*** AVAILABLE RECORDS ***

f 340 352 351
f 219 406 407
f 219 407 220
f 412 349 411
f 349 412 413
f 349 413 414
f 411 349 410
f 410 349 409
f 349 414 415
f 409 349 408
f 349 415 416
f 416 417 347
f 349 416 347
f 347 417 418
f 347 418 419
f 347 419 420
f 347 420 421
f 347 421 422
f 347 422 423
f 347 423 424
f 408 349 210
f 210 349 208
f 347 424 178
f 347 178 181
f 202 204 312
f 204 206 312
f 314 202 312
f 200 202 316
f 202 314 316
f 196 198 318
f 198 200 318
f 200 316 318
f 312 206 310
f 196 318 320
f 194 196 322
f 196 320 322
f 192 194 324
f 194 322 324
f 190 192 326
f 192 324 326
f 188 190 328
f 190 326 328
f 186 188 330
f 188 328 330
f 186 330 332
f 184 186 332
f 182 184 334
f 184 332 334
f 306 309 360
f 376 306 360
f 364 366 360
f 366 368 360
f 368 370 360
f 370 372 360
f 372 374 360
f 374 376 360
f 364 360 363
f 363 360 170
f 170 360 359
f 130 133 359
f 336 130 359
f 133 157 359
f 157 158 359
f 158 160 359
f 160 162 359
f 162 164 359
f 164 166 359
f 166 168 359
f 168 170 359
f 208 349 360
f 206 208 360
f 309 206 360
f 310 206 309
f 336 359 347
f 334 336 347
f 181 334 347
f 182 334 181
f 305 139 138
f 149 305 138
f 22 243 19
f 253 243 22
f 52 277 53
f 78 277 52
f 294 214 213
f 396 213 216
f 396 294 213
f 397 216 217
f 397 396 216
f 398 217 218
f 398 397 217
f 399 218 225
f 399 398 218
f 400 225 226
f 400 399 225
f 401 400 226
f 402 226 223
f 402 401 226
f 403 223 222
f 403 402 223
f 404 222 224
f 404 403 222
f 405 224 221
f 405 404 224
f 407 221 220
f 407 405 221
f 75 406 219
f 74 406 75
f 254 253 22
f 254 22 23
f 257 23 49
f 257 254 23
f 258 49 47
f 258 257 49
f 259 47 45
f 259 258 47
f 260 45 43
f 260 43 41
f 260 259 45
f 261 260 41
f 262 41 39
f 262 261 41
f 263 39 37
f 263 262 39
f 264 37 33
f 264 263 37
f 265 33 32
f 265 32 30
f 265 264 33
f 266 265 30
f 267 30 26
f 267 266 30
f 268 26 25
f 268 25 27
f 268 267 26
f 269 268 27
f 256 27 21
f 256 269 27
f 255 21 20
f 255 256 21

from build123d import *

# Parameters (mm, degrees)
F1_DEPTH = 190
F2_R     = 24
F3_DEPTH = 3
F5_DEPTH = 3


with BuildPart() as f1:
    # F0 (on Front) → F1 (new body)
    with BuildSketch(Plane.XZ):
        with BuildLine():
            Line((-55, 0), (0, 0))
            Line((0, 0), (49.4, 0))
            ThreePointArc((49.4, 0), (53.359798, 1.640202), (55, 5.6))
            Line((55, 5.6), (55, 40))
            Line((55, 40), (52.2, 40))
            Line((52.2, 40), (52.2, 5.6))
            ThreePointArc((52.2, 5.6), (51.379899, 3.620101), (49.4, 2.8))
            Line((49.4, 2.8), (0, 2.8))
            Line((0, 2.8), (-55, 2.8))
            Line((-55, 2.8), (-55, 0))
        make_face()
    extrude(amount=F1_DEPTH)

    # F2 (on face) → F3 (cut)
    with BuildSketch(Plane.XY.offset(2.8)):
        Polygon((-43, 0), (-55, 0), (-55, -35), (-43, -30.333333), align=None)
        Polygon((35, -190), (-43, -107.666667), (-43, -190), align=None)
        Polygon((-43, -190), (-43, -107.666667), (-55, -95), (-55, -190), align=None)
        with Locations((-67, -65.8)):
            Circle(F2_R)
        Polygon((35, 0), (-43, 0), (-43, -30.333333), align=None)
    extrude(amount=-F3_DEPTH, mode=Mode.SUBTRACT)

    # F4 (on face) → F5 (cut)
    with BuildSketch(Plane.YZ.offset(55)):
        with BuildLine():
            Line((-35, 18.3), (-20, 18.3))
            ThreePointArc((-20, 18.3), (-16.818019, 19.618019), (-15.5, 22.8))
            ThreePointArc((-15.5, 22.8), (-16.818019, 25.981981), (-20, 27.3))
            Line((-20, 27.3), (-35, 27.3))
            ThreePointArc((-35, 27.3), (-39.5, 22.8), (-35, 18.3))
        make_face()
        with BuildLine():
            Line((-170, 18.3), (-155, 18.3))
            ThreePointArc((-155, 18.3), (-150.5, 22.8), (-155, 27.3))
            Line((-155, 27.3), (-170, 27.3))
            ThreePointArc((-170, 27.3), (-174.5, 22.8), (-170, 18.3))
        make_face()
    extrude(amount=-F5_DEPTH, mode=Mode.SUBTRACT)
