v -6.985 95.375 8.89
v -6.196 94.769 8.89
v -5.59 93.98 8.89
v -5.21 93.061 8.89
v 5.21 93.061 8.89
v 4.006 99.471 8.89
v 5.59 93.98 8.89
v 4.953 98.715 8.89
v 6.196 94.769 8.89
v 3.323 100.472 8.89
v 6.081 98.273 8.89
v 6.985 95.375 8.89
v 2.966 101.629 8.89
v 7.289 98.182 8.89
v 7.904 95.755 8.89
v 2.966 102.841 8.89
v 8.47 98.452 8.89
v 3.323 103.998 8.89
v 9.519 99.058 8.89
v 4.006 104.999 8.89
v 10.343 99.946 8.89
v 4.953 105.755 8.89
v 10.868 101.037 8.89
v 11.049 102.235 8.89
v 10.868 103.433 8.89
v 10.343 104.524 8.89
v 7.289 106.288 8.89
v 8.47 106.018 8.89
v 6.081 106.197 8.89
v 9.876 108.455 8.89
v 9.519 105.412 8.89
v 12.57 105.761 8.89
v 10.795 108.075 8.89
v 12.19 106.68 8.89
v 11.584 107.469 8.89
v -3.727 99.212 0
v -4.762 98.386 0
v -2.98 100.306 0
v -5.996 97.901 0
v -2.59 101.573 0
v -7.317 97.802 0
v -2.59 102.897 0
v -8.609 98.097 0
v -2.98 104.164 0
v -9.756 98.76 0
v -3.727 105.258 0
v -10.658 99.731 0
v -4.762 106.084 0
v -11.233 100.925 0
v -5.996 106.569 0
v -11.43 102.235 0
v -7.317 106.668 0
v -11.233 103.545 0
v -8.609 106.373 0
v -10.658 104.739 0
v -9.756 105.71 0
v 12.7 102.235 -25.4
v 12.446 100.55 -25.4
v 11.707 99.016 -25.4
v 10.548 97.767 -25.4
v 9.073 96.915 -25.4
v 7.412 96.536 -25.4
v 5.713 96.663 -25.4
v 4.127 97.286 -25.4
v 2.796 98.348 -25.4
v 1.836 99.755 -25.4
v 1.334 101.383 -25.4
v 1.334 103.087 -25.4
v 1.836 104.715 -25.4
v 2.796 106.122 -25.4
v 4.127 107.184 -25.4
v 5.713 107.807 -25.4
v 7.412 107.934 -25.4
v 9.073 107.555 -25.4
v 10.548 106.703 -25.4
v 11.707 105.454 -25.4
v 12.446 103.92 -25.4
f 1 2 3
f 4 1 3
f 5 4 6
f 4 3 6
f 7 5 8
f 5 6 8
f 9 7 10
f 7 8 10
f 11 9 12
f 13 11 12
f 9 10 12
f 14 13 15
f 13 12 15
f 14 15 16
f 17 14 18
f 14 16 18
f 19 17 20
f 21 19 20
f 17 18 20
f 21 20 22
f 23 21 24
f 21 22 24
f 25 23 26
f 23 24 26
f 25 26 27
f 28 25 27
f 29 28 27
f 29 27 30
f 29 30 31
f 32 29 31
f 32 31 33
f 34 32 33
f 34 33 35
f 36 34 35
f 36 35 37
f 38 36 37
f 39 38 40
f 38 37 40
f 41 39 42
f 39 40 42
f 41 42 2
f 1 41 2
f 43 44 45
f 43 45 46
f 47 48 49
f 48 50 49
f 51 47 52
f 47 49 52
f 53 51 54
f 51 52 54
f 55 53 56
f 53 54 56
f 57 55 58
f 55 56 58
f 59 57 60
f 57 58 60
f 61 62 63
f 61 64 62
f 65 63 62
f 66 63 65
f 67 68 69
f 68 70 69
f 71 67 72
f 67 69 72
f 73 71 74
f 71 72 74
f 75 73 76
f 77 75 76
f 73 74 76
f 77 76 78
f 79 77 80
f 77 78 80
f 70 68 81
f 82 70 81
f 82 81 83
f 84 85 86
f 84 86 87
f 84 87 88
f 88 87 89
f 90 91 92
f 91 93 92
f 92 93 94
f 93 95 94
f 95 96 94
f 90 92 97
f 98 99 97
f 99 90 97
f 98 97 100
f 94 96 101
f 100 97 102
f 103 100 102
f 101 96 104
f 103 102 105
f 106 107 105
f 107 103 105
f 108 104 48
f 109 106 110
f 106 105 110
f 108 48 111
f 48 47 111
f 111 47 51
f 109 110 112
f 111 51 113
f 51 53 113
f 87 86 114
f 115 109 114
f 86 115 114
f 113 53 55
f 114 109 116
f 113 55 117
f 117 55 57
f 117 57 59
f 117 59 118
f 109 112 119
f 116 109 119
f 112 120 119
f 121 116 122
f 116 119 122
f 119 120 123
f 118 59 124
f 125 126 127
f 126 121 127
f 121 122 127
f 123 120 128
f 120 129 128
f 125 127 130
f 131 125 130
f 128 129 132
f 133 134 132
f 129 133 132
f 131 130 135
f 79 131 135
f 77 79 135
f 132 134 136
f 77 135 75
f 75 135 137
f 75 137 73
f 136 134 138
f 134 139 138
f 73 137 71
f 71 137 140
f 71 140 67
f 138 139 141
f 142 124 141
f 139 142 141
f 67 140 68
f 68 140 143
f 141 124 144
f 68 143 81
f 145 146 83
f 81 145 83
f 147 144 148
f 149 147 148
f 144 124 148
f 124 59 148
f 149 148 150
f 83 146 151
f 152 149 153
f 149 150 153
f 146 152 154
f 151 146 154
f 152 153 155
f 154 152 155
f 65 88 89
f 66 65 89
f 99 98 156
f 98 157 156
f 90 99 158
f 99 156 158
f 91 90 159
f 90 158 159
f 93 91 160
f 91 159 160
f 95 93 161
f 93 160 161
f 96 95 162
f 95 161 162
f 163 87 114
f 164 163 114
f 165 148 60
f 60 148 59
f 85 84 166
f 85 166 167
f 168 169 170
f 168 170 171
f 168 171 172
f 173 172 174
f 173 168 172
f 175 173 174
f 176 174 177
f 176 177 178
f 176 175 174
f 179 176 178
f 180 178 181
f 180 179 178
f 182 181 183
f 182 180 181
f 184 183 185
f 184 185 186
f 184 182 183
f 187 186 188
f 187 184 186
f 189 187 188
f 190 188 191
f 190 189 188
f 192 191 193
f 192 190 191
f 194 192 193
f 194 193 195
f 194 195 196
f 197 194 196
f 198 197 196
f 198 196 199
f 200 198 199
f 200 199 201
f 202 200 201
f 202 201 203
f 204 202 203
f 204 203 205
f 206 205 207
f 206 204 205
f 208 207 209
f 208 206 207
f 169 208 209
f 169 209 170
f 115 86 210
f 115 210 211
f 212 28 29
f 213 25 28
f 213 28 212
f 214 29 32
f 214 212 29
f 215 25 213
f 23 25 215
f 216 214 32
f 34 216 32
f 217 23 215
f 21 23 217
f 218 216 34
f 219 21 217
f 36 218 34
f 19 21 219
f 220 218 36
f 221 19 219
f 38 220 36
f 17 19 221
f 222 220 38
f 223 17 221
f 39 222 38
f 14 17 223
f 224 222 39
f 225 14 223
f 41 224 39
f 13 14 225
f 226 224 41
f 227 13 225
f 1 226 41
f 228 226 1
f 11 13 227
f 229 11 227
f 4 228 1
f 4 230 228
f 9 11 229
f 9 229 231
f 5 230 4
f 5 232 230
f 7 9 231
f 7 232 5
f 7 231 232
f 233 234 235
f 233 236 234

*** End of AVAILABLE RECORDS ***

* EXERCISE GOAL *
The entries above hold the needed span. Transcribe exactly the lines from the one with "f 116 119 122" to the one with "f 19 21 219", both included.

* RESPONSE TO THIS EXERCISE *
f 116 119 122
f 119 120 123
f 118 59 124
f 125 126 127
f 126 121 127
f 121 122 127
f 123 120 128
f 120 129 128
f 125 127 130
f 131 125 130
f 128 129 132
f 133 134 132
f 129 133 132
f 131 130 135
f 79 131 135
f 77 79 135
f 132 134 136
f 77 135 75
f 75 135 137
f 75 137 73
f 136 134 138
f 134 139 138
f 73 137 71
f 71 137 140
f 71 140 67
f 138 139 141
f 142 124 141
f 139 142 141
f 67 140 68
f 68 140 143
f 141 124 144
f 68 143 81
f 145 146 83
f 81 145 83
f 147 144 148
f 149 147 148
f 144 124 148
f 124 59 148
f 149 148 150
f 83 146 151
f 152 149 153
f 149 150 153
f 146 152 154
f 151 146 154
f 152 153 155
f 154 152 155
f 65 88 89
f 66 65 89
f 99 98 156
f 98 157 156
f 90 99 158
f 99 156 158
f 91 90 159
f 90 158 159
f 93 91 160
f 91 159 160
f 95 93 161
f 93 160 161
f 96 95 162
f 95 161 162
f 163 87 114
f 164 163 114
f 165 148 60
f 60 148 59
f 85 84 166
f 85 166 167
f 168 169 170
f 168 170 171
f 168 171 172
f 173 172 174
f 173 168 172
f 175 173 174
f 176 174 177
f 176 177 178
f 176 175 174
f 179 176 178
f 180 178 181
f 180 179 178
f 182 181 183
f 182 180 181
f 184 183 185
f 184 185 186
f 184 182 183
f 187 186 188
f 187 184 186
f 189 187 188
f 190 188 191
f 190 189 188
f 192 191 193
f 192 190 191
f 194 192 193
f 194 193 195
f 194 195 196
f 197 194 196
f 198 197 196
f 198 196 199
f 200 198 199
f 200 199 201
f 202 200 201
f 202 201 203
f 204 202 203
f 204 203 205
f 206 205 207
f 206 204 205
f 208 207 209
f 208 206 207
f 169 208 209
f 169 209 170
f 115 86 210
f 115 210 211
f 212 28 29
f 213 25 28
f 213 28 212
f 214 29 32
f 214 212 29
f 215 25 213
f 23 25 215
f 216 214 32
f 34 216 32
f 217 23 215
f 21 23 217
f 218 216 34
f 219 21 217
f 36 218 34
f 19 21 219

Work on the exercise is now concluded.